Of course it's conspiratorial. I did not provide any meaningful sources, nor did I write an essay on it. I'm just connecting the dots are there's nothing tinfoil hat_y about what I said. So I'm not sure why you freak out like that.
Anyhow. Your analogies are false for a number of reasons:
- US fracking is not nearly as vital for US as oil & gas is for Russia.
-- In US, the cheap oil has positive effects on a number of industries even though some industries suffer. You can easily see this in the respective gdp growth percentages.
-- There is a super robust neg. correlation between ruble and the oil price.
- The Russian regime has just annexed part of a sovereign nation and subsequently went to (a covert) war with it, the Russians are (or rather were up until recently) in nationalist fever which we haven't seen for more than half a century in Europe...
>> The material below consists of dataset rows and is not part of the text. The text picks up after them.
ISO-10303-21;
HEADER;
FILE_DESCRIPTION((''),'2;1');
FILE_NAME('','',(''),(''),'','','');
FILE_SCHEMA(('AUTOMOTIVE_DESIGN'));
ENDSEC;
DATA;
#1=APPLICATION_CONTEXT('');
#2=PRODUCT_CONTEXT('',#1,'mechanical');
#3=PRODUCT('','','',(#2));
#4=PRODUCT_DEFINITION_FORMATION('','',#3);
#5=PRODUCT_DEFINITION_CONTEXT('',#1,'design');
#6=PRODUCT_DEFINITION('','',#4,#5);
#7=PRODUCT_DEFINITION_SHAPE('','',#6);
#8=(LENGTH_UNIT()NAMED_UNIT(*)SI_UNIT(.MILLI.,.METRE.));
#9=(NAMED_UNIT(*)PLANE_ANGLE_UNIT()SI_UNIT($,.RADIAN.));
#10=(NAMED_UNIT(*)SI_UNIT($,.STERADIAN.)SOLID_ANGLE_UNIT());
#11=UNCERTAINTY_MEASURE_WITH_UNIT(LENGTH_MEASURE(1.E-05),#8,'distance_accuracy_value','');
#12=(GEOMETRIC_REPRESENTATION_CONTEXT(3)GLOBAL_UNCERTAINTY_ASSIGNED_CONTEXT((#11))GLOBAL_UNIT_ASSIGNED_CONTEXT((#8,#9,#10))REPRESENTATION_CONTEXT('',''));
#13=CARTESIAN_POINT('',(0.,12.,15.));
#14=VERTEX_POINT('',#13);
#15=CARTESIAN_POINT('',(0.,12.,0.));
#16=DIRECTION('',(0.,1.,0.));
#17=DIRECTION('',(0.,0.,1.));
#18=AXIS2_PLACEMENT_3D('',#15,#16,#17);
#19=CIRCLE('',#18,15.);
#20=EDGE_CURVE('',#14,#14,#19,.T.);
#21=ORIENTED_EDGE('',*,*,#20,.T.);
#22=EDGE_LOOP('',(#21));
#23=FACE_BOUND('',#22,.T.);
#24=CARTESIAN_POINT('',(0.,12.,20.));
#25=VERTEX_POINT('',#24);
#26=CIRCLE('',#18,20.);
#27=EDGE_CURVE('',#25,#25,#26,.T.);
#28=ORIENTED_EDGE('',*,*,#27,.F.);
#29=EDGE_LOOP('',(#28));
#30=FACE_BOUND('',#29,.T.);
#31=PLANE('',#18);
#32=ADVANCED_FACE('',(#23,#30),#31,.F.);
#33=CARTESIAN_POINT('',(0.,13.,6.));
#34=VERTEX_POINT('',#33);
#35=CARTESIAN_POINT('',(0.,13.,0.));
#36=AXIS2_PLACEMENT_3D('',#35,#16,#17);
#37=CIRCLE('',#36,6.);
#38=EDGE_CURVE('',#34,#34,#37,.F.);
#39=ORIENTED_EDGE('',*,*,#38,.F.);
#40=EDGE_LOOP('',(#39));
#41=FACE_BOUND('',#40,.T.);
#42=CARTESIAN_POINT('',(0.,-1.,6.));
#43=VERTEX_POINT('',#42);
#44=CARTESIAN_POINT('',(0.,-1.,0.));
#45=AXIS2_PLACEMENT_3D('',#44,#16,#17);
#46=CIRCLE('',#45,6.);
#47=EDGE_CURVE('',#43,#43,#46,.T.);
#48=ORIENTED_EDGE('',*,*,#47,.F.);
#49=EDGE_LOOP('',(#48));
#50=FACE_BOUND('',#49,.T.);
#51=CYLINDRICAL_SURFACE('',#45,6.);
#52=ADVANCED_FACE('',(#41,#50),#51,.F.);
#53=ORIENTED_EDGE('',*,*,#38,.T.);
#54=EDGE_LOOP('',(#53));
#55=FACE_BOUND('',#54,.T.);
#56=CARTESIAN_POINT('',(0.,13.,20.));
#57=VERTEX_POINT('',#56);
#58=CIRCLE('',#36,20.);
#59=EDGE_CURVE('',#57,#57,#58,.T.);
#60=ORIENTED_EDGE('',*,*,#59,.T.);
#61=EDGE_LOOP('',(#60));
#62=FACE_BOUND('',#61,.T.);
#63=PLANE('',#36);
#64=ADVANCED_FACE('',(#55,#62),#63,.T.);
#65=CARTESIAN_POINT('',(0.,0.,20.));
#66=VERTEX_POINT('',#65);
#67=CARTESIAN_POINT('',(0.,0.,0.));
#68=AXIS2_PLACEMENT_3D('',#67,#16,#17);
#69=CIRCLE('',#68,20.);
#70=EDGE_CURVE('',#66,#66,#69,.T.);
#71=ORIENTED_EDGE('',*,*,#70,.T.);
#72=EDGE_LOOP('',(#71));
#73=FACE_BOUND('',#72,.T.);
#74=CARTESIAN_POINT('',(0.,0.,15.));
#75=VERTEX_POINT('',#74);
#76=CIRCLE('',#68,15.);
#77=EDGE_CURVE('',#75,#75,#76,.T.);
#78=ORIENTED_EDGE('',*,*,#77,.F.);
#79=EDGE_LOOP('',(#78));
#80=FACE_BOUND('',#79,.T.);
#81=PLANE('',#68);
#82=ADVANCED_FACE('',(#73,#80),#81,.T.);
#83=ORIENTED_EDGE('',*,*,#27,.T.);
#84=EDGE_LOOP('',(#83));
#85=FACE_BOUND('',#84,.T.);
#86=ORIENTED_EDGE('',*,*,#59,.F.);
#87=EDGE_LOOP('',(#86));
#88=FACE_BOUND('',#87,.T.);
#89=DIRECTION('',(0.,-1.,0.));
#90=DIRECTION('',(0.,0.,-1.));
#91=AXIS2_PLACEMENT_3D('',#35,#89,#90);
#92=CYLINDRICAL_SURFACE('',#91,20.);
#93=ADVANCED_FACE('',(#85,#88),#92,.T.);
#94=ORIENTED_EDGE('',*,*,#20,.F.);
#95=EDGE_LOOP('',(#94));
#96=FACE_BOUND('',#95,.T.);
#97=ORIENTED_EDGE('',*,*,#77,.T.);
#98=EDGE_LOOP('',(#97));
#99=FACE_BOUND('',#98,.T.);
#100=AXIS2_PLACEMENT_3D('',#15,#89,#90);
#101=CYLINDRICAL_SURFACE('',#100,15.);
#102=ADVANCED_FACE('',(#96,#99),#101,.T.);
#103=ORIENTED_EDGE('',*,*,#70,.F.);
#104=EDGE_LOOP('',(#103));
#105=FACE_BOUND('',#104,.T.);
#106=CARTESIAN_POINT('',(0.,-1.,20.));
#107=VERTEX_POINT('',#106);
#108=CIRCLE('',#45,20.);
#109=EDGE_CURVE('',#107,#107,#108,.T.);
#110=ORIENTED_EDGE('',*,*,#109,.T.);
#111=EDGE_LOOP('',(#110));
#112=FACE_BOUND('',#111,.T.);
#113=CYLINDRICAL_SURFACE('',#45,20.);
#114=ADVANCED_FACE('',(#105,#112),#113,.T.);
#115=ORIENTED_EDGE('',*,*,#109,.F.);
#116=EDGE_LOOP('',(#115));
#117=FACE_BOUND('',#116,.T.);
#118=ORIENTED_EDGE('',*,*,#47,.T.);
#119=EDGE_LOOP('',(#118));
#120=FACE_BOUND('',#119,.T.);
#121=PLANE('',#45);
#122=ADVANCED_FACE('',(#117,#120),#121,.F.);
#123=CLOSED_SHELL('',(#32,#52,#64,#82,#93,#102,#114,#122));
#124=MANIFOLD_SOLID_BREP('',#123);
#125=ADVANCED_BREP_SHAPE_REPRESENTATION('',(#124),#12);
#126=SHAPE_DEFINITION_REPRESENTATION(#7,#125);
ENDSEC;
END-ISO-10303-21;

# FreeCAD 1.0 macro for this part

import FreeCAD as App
import Part
import Sketcher
from FreeCAD import Vector
Q = App.Units.Quantity

doc = App.newDocument("Part")
body = doc.addObject("PartDesign::Body", "Body")

# Sketch on XZ plane
sketch1 = doc.addObject("Sketcher::SketchObject", "Sketch")
body.addObject(sketch1)
sketch1.AttachmentSupport = (doc.XZ_Plane, [""])
sketch1.MapMode = "FlatFace"
sketch1.addGeometry(Part.Circle(Vector(0, 0, 0), Vector(0, 0, 1), 20), False)
sketch1.addGeometry(Part.Circle(Vector(0, 0, 0), Vector(0, 0, 1), 6), False)
sketch1.addConstraint(Sketcher.Constraint("Coincident", 0, 3, -1, 1))
sketch1.addConstraint(Sketcher.Constraint("Coincident", 1, 3, -1, 1))
sketch1.addConstraint(Sketcher.Constraint("Diameter", 0, Q("40 mm")))
sketch1.addConstraint(Sketcher.Constraint("Diameter", 1, Q("12 mm")))
pad1 = doc.addObject("PartDesign::Pad", "Pad")
body.addObject(pad1)
pad1.Profile = sketch1
pad1.Length = 1

# Sketch on XZ plane
sketch2 = doc.addObject("Sketcher::SketchObject", "Sketch001")
body.addObject(sketch2)
sketch2.AttachmentSupport = (doc.XZ_Plane, [""])
sketch2.MapMode = "FlatFace"
sketch2.addGeometry(Part.Circle(Vector(0, 0, 0), Vector(0, 0, 1), 15), False)
sketch2.addGeometry(Part.Circle(Vector(0, 0, 0), Vector(0, 0, 1), 6), False)
sketch2.addConstraint(Sketcher.Constraint("Coincident", 0, 3, -1, 1))
sketch2.addConstraint(Sketcher.Constraint("Coincident", 1, 3, -1, 1))
sketch2.addConstraint(Sketcher.Constraint("Diameter", 0, Q("30 mm")))
sketch2.addConstraint(Sketcher.Constraint("Diameter", 1, Q("12 mm")))
pad2 = doc.addObject("PartDesign::Pad", "Pad001")
body.addObject(pad2)
pad2.Profile = sketch2
pad2.Length = 12
pad2.Reversed = True

# Sketch on XZ plane
sketch3 = doc.addObject("Sketcher::SketchObject", "Sketch002")
body.addObject(sketch3)
sketch3.AttachmentSupport = (doc.XZ_Plane, [""])
sketch3.MapMode = "FlatFace"
sketch3.AttachmentOffset = App.Placement(Vector(0, 0, -12), App.Rotation())
sketch3.addGeometry(Part.Circle(Vector(0, 0, 0), Vector(0, 0, 1), 20), False)
sketch3.addGeometry(Part.Circle(Vector(0, 0, 0), Vector(0, 0, 1), 6), False)
sketch3.addConstraint(Sketcher.Constraint("Coincident", 0, 3, -1, 1))
sketch3.addConstraint(Sketcher.Constraint("Coincident", 1, 3, -1, 1))
sketch3.addConstraint(Sketcher.Constraint("Diameter", 0, Q("40 mm")))
sketch3.addConstraint(Sketcher.Constraint("Diameter", 1, Q("12 mm")))
pad3 = doc.addObject("PartDesign::Pad", "Pad002")
body.addObject(pad3)
pad3.Profile = sketch3
pad3.Length = 1
pad3.Reversed = True

doc.recompute()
-- Putin is sort of forced to keep that shit up, to keep picking fights - which is one of the reasons he went to Syria (along with diverting attention from Ukraine).
-- Why is he forced to keep going? Because the economic situation in Russia is dire and the outlook is really bad. That's why Putin and his stooges fear utter chaos if the oil price keeps dropping or stays at the level it is now. Hence new laws like this one:
Russian Law Allows FSB Agents to Open Fire on Crowds
-- But now his plan is failing in Ukraine, the progress in Syria is barely measurable (except for the no. of civilians getting blown to pieces by air raids).
-- Next up is a war with Turkey (very unlikely) or somehow getting the economy up.
-- But there is round about zero chance of repairing the RU economy without a higher oil price.
-- That's why it's absolutely vital for Putin's regime for that war, or any other major war in the region to happen to somehow elevate the oil price.
This may be comparable to situation Bush jr. found himself in back in 2003 (let's just say in respect to the election '04), but not nearly identical. Russia absolutely depends on the price of oil and so does the regime's physical existence.
Lastly:
Saudi Arabia artificially creates the oversupply so I'm not sure what you're getting at. As for Iran, sure they'd love to have KSA engage in all sorts of wars, for all sorts of reasons, incl. for the potential of a higher oil price, but of course they'd prefer to do it through their proxies (e.g. Houthis).
So even though it seems unlikely at the moment, we do see Iran & KSA increasingly clashing along the Muslim sectarian lines and since both lack nukes there's no MAD to stop them from slipping into a full blown war. At the same time we have the situation with Russia. So it insane to assume that Russia may be helping out through implicit guarantees much in the same way the US does for KSA? Probably not, right?